On-line Vs Off-line policies

We adistinguish two types of Reinforcement Learning (RL) Players.

One of them uses some predefined policy for action choise and uses Reinforcement Learning algorithm only to evaluate this not depended on the algorithm policy. Currently provided algotithms of this kind are: TD0 (look rl_headers/td0_alg.h) and Q-Learning (look rl_headers/qlrn_alg.h ).
Another kind of RL Players uses the evaluation function to choose next action (usually using eps-greedy policy!). Currently provided algotithm of this kind is: sarsa (look rl_headers/sarsa_alg.h)

Model Definition.

As stated, players have observation & action as template parameters. Different implementations for player with same observation & action types would have different internal player states, different way of transformation observation to internal state, different subsets of permitted actions for state and so on.

There is way to generate specific player implementations by creating configuration file containing learning model definition.With the toolkit the Black Jack sample application is provided. The model definition file for the apllication is provided (look bjack_game/player3.rep ).

Data for Code Generation Process

In the model definition file we place following definitions:

Fields to be used in player internal state definitions.In the present library version all such fields are of enumeration types.
So, the format is:FieldName EnumTypeName
States Types in format: StateTypeName FieldName1{,...,FieldNameN}
Transformation from Observation Type to State Type: TransName definition. This definition is provided as conventional C++ code in the model definition file or inserted into the generated code .
Range defines group of states as follows:
RangeName StateTypeName FieldName1[MinValue1..MaxValue1]{,..., FieldNameN[MinValueN..MaxValueN]} (for every field in the state definition).
Actions permitted for range are specified in the following format: ActPerRangeName RangeName Action
In the present version only Markov policies can be generated automatically . Such policy is defined,as follows : PolicyName StateTypeName ActPerRangeName1{,ActPerRangeName2,...,ActPerRangeNameN}
Player Implementation is specified in the following format:
PlayerName StateTypeName TransName ActPerRangeName1{,ActPerRangeName2,...,ActPerRangeNameN}
where StateTypeName is internal state of the player definition, TransName is C++ code used to get internal state from the current observation and list of actions per range specifies all actions which are valid for different internal states.

How To Use The Toolkit.

So, to inplement leaning process using the toolkit (look bjack_game/bjack2.cc sample):

Create data file describing models for all kinds of RL players for the current application which means : players with Observation & Action types provided by the application.
Set environment variable TEMPLATE_DIR to templates and run script scripts/gen_defs.pl using model defintion file as input to perform generation of the code for specific player implementations.
In the application module using player object include file rl_headers/rl_player.h
Include also the file produced by code generation process.
Get pointer to RL Players factory:
PlayerFactory* factory = RL_PlayerFactory::Instance();
Create new player using the following command: Player* player = factory->CreatePlayer(params); where params string contains all parameters needed for player creation: in format :
- RL PlayerName AlgKind Lambda PolicyName , when player uses some fixed policy.
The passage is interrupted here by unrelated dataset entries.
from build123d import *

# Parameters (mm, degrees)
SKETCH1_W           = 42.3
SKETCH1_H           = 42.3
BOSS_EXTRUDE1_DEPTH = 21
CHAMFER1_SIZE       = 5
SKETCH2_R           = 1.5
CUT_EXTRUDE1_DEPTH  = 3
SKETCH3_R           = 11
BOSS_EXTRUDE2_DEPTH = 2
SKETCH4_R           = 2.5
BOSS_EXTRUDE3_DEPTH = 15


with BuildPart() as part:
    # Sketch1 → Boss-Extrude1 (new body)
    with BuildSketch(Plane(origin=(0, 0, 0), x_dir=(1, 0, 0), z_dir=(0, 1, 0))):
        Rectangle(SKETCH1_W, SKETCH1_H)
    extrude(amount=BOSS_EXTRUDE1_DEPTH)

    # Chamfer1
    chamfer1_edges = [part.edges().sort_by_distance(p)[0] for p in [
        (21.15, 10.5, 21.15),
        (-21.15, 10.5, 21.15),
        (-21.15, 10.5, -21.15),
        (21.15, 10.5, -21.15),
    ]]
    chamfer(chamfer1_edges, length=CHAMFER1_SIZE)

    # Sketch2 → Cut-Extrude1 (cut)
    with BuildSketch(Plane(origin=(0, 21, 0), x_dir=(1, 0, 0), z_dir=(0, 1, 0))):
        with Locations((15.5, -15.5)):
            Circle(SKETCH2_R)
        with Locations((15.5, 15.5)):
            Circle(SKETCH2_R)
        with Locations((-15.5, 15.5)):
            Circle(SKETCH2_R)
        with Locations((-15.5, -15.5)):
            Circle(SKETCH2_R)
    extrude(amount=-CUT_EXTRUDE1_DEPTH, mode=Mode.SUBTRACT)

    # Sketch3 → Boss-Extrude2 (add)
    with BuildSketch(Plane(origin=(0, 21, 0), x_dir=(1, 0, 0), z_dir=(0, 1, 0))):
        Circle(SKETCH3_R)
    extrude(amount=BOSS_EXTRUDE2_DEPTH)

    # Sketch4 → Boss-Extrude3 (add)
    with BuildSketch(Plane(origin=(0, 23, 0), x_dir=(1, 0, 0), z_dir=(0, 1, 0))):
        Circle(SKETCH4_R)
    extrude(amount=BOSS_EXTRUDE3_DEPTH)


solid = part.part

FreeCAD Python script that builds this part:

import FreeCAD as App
import Part
import Sketcher

V = App.Vector
Q = App.Units.Quantity


def edges_at(feature, points):
    """Names of the edges that pass closest to the given points."""
    edges = feature.Shape.Edges
    near = lambda p: min(range(len(edges)), key=lambda i: edges[i].distToShape(Part.Vertex(*p))[0])
    return sorted({f"Edge{near(p) + 1}" for p in points})

doc = App.newDocument("Part")
params = doc.addObject("Spreadsheet::Sheet", "Params")
for row, (alias, value) in enumerate([
    ("sketch1_width", "42.3 mm"),
    ("pad1_length", "21 mm"),
    ("chamfer_size", "5 mm"),
    ("sketch2_diameter", "3 mm"),
    ("pocket1_length", "3 mm"),
    ("sketch3_diameter", "22 mm"),
    ("pad2_length", "2 mm"),
    ("sketch4_diameter", "5 mm"),
    ("pad3_length", "15 mm"),
], start=1):
    params.set(f"A{row}", alias)
    params.set(f"B{row}", "=" + value)
    params.setAlias(f"B{row}", alias)

body = doc.addObject("PartDesign::Body", "Body")

# Sketch on XZ plane
sketch1 = body.newObject("Sketcher::SketchObject", "Sketch")
sketch1.AttachmentSupport = (doc.getObject("XZ_Plane"), [""])
sketch1.MapMode = "FlatFace"
sketch1.addGeometry([
    Part.LineSegment(V(-21, -21, 0), V(-21, 21, 0)),
    Part.LineSegment(V(-21, 21, 0), V(21, 21, 0)),
    Part.LineSegment(V(21, 21, 0), V(21, -21, 0)),
    Part.LineSegment(V(21, -21, 0), V(-21, -21, 0)),
], False)
sketch1.addConstraint([
    Sketcher.Constraint("Coincident", 0, 2, 1, 1),
    Sketcher.Constraint("Coincident", 1, 2, 2, 1),
    Sketcher.Constraint("Coincident", 2, 2, 3, 1),
    Sketcher.Constraint("Coincident", 3, 2, 0, 1),
    Sketcher.Constraint("Vertical", 0),
    Sketcher.Constraint("Horizontal", 1),
    Sketcher.Constraint("Vertical", 2),
    Sketcher.Constraint("Horizontal", 3),
    Sketcher.Constraint("Symmetric", 0, 2, 2, 2, -1, 1),
    Sketcher.Constraint("Equal", 3, 0),
    Sketcher.Constraint("DistanceX", 1, 1, 1, 2, Q("42.3 mm")),
])
sketch1.setExpression("Constraints[10]", "Params.sketch1_width")
pad1 = body.newObject("PartDesign::Pad", "Pad")
pad1.Profile = sketch1
pad1.setExpression("Length", "Params.pad1_length")
pad1.Reversed = True
doc.recompute()

chamfer = body.newObject("PartDesign::Chamfer", "Chamfer")
chamfer.Base = (pad1, edges_at(pad1, [
    (21.15, 10.5, 21.15),
    (-21.15, 10.5, 21.15),
    (-21.15, 10.5, -21.15),
    (21.15, 10.5, -21.15),
]))
chamfer.setExpression("Size", "Params.chamfer_size")

# Sketch on XZ plane
sketch2 = body.newObject("Sketcher::SketchObject", "Sketch001")
sketch2.AttachmentSupport = (doc.getObject("XZ_Plane"), [""])
sketch2.MapMode = "FlatFace"
sketch2.AttachmentOffset = App.Placement(V(0, 0, -21), App.Rotation())
sketch2.addGeometry([
    Part.Circle(V(15.5, 15.5, 0), V(0, 0, 1), 1.5),
    Part.Circle(V(15.5, -15.5, 0), V(0, 0, 1), 1.5),
    Part.Circle(V(-15.5, -15.5, 0), V(0, 0, 1), 1.5),
    Part.Circle(V(-15.5, 15.5, 0), V(0, 0, 1), 1.5),
], False)
sketch2.addConstraint([
    Sketcher.Constraint("Equal", 0, 1),
    Sketcher.Constraint("Equal", 1, 2),
    Sketcher.Constraint("Equal", 2, 3),
    Sketcher.Constraint("Symmetric", 0, 3, 2, 3, -1, 1),
    Sketcher.Constraint("Symmetric", 1, 3, 3, 3, -1, 1),
    Sketcher.Constraint("Symmetric", 1, 3, 2, 3, -2),
    Sketcher.Constraint("Diameter", 0, Q("3 mm")),
    Sketcher.Constraint("DistanceY", 1, 3, 0, 3, Q("31 mm")),
    Sketcher.Constraint("DistanceX", 2, 3, 1, 3, Q("31 mm")),
])
sketch2.setExpression("Constraints[6]", "Params.sketch2_diameter")
pocket1 = body.newObject("PartDesign::Pocket", "Pocket")
pocket1.Profile = sketch2
pocket1.setExpression("Length", "Params.pocket1_length")
pocket1.Reversed = True

# Sketch on XZ plane
sketch3 = body.newObject("Sketcher::SketchObject", "Sketch002")
sketch3.AttachmentSupport = (doc.getObject("XZ_Plane"), [""])
sketch3.MapMode = "FlatFace"
sketch3.AttachmentOffset = App.Placement(V(0, 0, -21), App.Rotation())
sketch3.addGeometry(Part.Circle(V(0, 0, 0), V(0, 0, 1), 11), False)
sketch3.addConstraint([
    Sketcher.Constraint("Coincident", 0, 3, -1, 1),
    Sketcher.Constraint("Diameter", 0, Q("22 mm")),
])
sketch3.setExpression("Constraints[1]", "Params.sketch3_diameter")
pad2 = body.newObject("PartDesign::Pad", "Pad001")
pad2.Profile = sketch3
pad2.setExpression("Length", "Params.pad2_length")
pad2.Reversed = True

# Sketch on XZ plane
sketch4 = body.newObject("Sketcher::SketchObject", "Sketch003")
sketch4.AttachmentSupport = (doc.getObject("XZ_Plane"), [""])
sketch4.MapMode = "FlatFace"
sketch4.AttachmentOffset = App.Placement(V(0, 0, -23), App.Rotation())
sketch4.addGeometry(Part.Circle(V(0, 0, 0), V(0, 0, 1), 2.5), False)
sketch4.addConstraint([
    Sketcher.Constraint("Coincident", 0, 3, -1, 1),
    Sketcher.Constraint("Diameter", 0, Q("5 mm")),
])
sketch4.setExpression("Constraints[1]", "Params.sketch4_diameter")
pad3 = body.newObject("PartDesign::Pad", "Pad002")
pad3.Profile = sketch4
pad3.setExpression("Length", "Params.pad3_length")
pad3.Reversed = True

doc.recompute()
Possible AlgKind values are TD0,Q_Learning.
- RL PlayerName AlgKind Lambda Eps , when player uses eps-greedy policy. Possible AlgKind value is Sarsa.

Toolkit availability

Get rl_player.tar "tar" archive from the RL course site.

When opened it contains the current file and 4 directories:

rl_headers contains reinforcement learning algorithms and player creation header files.
templates contains "templates" for code generation
scripts contains script for code generation process
black_jack contains sample application

Currently the toolkit is compiled and works properly on Linux & Sun OS platforms. Migration to MS Windows is not finished yet because of differences in C++ Standard Library & Perl implementations.